# Azathioprine and Side Effects - Please help



## Jan (Aug 26, 2010)

Hi Everyone,

I started on Azathioprine last Thursday so I was due to up my doseage today but haven't.

The side effects have just hit me like a train.  I have nausea, dizziness and the runs like you wouldn't believe.  Literally in the last half an hour I feel like I've been hit by a train and I want to just go home to bed.

My question is - how long is this going to last and has anyone any tips for getting through it?

Thank you all in anticipation of your help.

Jan x


----------



## Rebecca85 (Aug 26, 2010)

I'm afraid I can't offer you any advice, but I can offer my sympathy! I took my first dose this morning (I have 50mg tablets so just took one to start) and I am feeling pretty queasy now. So please, does anyone have any advice???


----------



## MapleLeafGirl (Aug 26, 2010)

For me, I had some nausea and dizziness as well as extreme fatigue for the first couple of months and then nothing.  It did get progressively better.  I am now happy to say that I am side effect free.  Taking it with food helps and as late in the day as possible.  Make sure you keep up with your blood work as that will tell your doctor if there is something more serious happening.  If you are really concerned, I would give your doctor a call.


----------



## Astra (Aug 26, 2010)

Sorry girls, can't help with this only to say I will never take it again!
It's toxic!
Within 3 months I was covered in bleeding itchy hives all over my legs and torso!
My doc was dead shocked
never again!
I think all meds cause nausea at first til your body adjusts, just give it a bit longer
xxx


----------



## Jan (Aug 27, 2010)

As you know, I felt like death warmed over yesterday as the side effects of Aza kicked in.  Bearing in mind that I'm only in the first week of taking it and I'm only on 25mg.  I should have doubled the dose yesterday but thought I'd wait until the weekend, just in case.

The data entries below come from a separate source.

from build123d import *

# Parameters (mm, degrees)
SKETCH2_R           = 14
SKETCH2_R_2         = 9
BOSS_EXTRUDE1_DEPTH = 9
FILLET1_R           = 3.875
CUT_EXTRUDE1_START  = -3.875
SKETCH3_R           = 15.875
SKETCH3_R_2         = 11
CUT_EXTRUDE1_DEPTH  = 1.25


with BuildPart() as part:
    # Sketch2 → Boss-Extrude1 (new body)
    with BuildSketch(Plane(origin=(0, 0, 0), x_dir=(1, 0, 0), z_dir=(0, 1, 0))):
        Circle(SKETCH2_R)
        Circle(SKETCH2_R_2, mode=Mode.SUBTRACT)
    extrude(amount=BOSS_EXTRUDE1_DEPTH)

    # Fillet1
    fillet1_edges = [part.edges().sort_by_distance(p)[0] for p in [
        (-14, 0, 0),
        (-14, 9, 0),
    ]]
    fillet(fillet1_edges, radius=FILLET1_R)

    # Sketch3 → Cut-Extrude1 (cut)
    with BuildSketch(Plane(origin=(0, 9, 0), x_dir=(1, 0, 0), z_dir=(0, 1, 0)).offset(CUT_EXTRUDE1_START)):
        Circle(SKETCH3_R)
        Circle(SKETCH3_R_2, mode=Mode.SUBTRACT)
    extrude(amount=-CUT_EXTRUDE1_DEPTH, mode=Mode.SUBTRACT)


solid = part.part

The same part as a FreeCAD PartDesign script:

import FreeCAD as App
import Part
import Sketcher
Q = App.Units.Quantity


def edges_at(feature, points):
    """Names of the edges that pass closest to the given points."""
    edges = feature.Shape.Edges
    near = lambda p: min(range(len(edges)), key=lambda i: edges[i].distToShape(Part.Vertex(*p))[0])
    return sorted({f"Edge{near(p) + 1}" for p in points})

doc = App.newDocument("Part")
body = doc.addObject("PartDesign::Body", "Body")

# Sketch on XZ plane
sketch1 = body.newObject("Sketcher::SketchObject", "Sketch")
sketch1.AttachmentSupport = (doc.getObject("XZ_Plane"), [""])
sketch1.MapMode = "FlatFace"
sketch1.addGeometry([
    Part.Circle(App.Vector(0, 0, 0), App.Vector(0, 0, 1), 14),
    Part.Circle(App.Vector(0, 0, 0), App.Vector(0, 0, 1), 9),
], False)
sketch1.addConstraint([
    Sketcher.Constraint("Coincident", 0, 3, -1, 1),
    Sketcher.Constraint("Coincident", 1, 3, -1, 1),
    Sketcher.Constraint("Diameter", 0, Q("28 mm")),
    Sketcher.Constraint("Diameter", 1, Q("18 mm")),
])
pad1 = body.newObject("PartDesign::Pad", "Pad")
pad1.Profile = sketch1
pad1.Length = 9
pad1.Reversed = True
doc.recompute()

fillet = body.newObject("PartDesign::Fillet", "Fillet")
fillet.Base = (pad1, edges_at(pad1, [(-14, 0, 0), (-14, 9, 0)]))
fillet.Radius = 3.875

# Sketch on XZ plane
sketch2 = body.newObject("Sketcher::SketchObject", "Sketch001")
sketch2.AttachmentSupport = (doc.getObject("XZ_Plane"), [""])
sketch2.MapMode = "FlatFace"
sketch2.AttachmentOffset = App.Placement(App.Vector(0, 0, -5.125), App.Rotation())
sketch2.addGeometry([
    Part.Circle(App.Vector(0, 0, 0), App.Vector(0, 0, 1), 16),
    Part.Circle(App.Vector(0, 0, 0), App.Vector(0, 0, 1), 11),
], False)
sketch2.addConstraint([
    Sketcher.Constraint("Coincident", 0, 3, -1, 1),
    Sketcher.Constraint("Coincident", 1, 3, -1, 1),
    Sketcher.Constraint("Diameter", 1, Q("22 mm")),
    Sketcher.Constraint("Diameter", 0, Q("31.75 mm")),
])
pocket1 = body.newObject("PartDesign::Pocket", "Pocket")
pocket1.Profile = sketch2
pocket1.Length = 1.25
pocket1.Reversed = True

doc.recompute()
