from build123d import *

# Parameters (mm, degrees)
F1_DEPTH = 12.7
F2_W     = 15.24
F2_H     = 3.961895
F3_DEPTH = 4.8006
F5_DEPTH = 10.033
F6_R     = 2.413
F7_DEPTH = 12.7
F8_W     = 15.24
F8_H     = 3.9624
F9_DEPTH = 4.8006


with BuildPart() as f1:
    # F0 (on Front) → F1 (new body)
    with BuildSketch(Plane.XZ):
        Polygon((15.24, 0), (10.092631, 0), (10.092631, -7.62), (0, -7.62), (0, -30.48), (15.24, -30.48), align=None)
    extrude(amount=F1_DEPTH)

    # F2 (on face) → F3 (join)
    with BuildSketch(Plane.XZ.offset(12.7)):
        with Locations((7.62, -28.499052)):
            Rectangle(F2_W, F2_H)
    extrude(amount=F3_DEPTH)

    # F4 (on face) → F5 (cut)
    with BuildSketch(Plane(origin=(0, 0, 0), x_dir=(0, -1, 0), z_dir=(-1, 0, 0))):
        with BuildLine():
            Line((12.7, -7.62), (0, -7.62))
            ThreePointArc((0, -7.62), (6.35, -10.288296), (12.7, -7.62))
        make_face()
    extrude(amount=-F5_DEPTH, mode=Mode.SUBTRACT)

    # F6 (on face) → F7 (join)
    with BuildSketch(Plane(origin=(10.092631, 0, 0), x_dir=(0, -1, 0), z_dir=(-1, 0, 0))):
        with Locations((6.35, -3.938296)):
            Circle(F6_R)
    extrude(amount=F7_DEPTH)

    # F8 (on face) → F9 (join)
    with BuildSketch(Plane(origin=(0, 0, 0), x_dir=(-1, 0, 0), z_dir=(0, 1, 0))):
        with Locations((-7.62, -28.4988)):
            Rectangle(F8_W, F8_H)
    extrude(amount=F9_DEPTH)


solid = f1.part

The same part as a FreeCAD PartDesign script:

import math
import FreeCAD as App
import Part
import Sketcher

V = App.Vector
Q = App.Units.Quantity


def add_polygon(sketch, points):
    """Adds a closed chain of lines whose ends are joined by coincident constraints."""
    first, n = sketch.GeometryCount, len(points)
    for a, b in zip(points, points[1:] + points[:1]):
        sketch.addGeometry(Part.LineSegment(App.Vector(*a, 0), App.Vector(*b, 0)), False)
    for i in range(n):
        sketch.addConstraint(Sketcher.Constraint("Coincident", first + i, 2, first + (i + 1) % n, 1))

doc = App.newDocument("Part")
body = doc.addObject("PartDesign::Body", "Body")

sketch1 = body.newObject("Sketcher::SketchObject", "Sketch")
sketch1.AttachmentSupport = (doc.getObject("XZ_Plane"), [""])
sketch1.MapMode = "FlatFace"
add_polygon(sketch1, [(15, 0), (10, 0), (10, -8), (0, -8), (0, -30), (15, -30)])
sketch1.addConstraint([
    Sketcher.Constraint("Horizontal", 0),
    Sketcher.Constraint("Vertical", 1),
    Sketcher.Constraint("Horizontal", 2),
    Sketcher.Constraint("Vertical", 3),
    Sketcher.Constraint("Horizontal", 4),
    Sketcher.Constraint("Vertical", 5),
    Sketcher.Constraint("PointOnObject", 0, 2, -1),
    Sketcher.Constraint("PointOnObject", 2, 2, -2),
    Sketcher.Constraint("DistanceX", 4, 1, 4, 2, Q("0.6 in")),
    Sketcher.Constraint("DistanceY", 1, 2, 1, 1, Q("0.3 in")),
    Sketcher.Constraint("DistanceY", 3, 2, 3, 1, Q("0.9 in")),
    Sketcher.Constraint("DistanceX", 0, 2, 0, 1, Q("5.147369 mm")),
])
pad1 = body.newObject("PartDesign::Pad", "Pad")
pad1.Profile = sketch1
pad1.Length = Q("0.5 in")

sketch2 = body.newObject("Sketcher::SketchObject", "Sketch001")
sketch2.AttachmentSupport = (doc.getObject("XZ_Plane"), [""])
sketch2.MapMode = "FlatFace"
sketch2.AttachmentOffset = App.Placement(V(0, 0, 0.5 * 25.4), App.Rotation())
add_polygon(sketch2, [(0, -26.5), (0, -30.5), (15.2, -30.5), (15.2, -26.5)])
sketch2.addConstraint([
    Sketcher.Constraint("Vertical", 0),
    Sketcher.Constraint("Horizontal", 1),
    Sketcher.Constraint("Vertical", 2),
    Sketcher.Constraint("Horizontal", 3),
    Sketcher.Constraint("PointOnObject", 0, 2, -2),
    Sketcher.Constraint("DistanceX", 1, 1, 1, 2, Q("0.6 in")),
    Sketcher.Constraint("DistanceY", 0, 2, -1, 1, Q("1.2 in")),
    Sketcher.Constraint("DistanceY", 0, 2, 0, 1, Q("3.961895 mm")),
])
pad2 = body.newObject("PartDesign::Pad", "Pad001")
pad2.Profile = sketch2
pad2.Length = Q("0.189 in")

sketch3 = body.newObject("Sketcher::SketchObject", "Sketch002")
sketch3.AttachmentSupport = (doc.getObject("YZ_Plane"), [""])
sketch3.MapMode = "FlatFace"
sketch3.addGeometry([
    Part.LineSegment(V(-13, -8, 0), V(0, -8, 0)),
    Part.ArcOfCircle(Part.Circle(V(-6, -1, 0), V(0, 0, 1), 9), math.radians(-136), math.radians(-44)),
], False)
sketch3.addConstraint([
    Sketcher.Constraint("Coincident", 0, 1, 1, 1),
    Sketcher.Constraint("Coincident", 1, 2, 0, 2),
    Sketcher.Constraint("Horizontal", 0),
    Sketcher.Constraint("PointOnObject", 1, 2, -2),
    Sketcher.Constraint("Radius", 1, Q("0.35 in")),
    Sketcher.Constraint("DistanceX", 0, 1, 0, 2, Q("0.5 in")),
    Sketcher.Constraint("DistanceY", 0, 1, -1, 1, Q("0.3 in")),
])
pocket1 = body.newObject("PartDesign::Pocket", "Pocket")
pocket1.Profile = sketch3
pocket1.Length = Q("0.395 in")
pocket1.Reversed = True

sketch4 = body.newObject("Sketcher::SketchObject", "Sketch003")
sketch4.AttachmentSupport = (doc.getObject("YZ_Plane"), [""])
sketch4.MapMode = "FlatFace"
sketch4.AttachmentOffset = App.Placement(V(0, 0, 10.092631), App.Rotation())
sketch4.addGeometry(Part.Circle(V(-6.3, -3.9, 0), V(0, 0, 1), 2.4), False)
sketch4.addConstraint([
    Sketcher.Constraint("Diameter", 0, Q("0.19 in")),
    Sketcher.Constraint("DistanceX", 0, 3, -1, 1, Q("0.25 in")),
    Sketcher.Constraint("DistanceY", 0, 3, -1, 1, Q("3.938296 mm")),
])
pad3 = body.newObject("PartDesign::Pad", "Pad002")
pad3.Profile = sketch4
pad3.Length = Q("0.5 in")
pad3.Reversed = True

sketch5 = body.newObject("Sketcher::SketchObject", "Sketch004")
sketch5.AttachmentSupport = (doc.getObject("XZ_Plane"), [""])
sketch5.MapMode = "FlatFace"
add_polygon(sketch5, [(15.2, -26.5), (15.2, -30.5), (0, -30.5), (0, -26.5)])
sketch5.addConstraint([
    Sketcher.Constraint("Vertical", 0),
    Sketcher.Constraint("Horizontal", 1),
    Sketcher.Constraint("Vertical", 2),
    Sketcher.Constraint("Horizontal", 3),
    Sketcher.Constraint("PointOnObject", 1, 2, -2),
    Sketcher.Constraint("DistanceX", 1, 2, 1, 1, Q("0.6 in")),
    Sketcher.Constraint("DistanceY", 0, 2, -1, 1, Q("1.2 in")),
    Sketcher.Constraint("DistanceY", 0, 2, 0, 1, Q("0.156 in")),
])
pad4 = body.newObject("PartDesign::Pad", "Pad003")
pad4.Profile = sketch5
pad4.Length = Q("0.189 in")
pad4.Reversed = True

doc.recompute()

Anyway, I felt dreadful and drove home on auto-pilot trying not to pass wind (just in case) and looking for places to pull over just in case I had to.  So I was feeling really sorry for myself when I got home.  Then my husband surprised me by telling me he'd been and got me a cat!  I love cats.  He'd been to the rescue shelter on Tuesday and chosen the said animal and we pick it up tomorrow.  I can't wait!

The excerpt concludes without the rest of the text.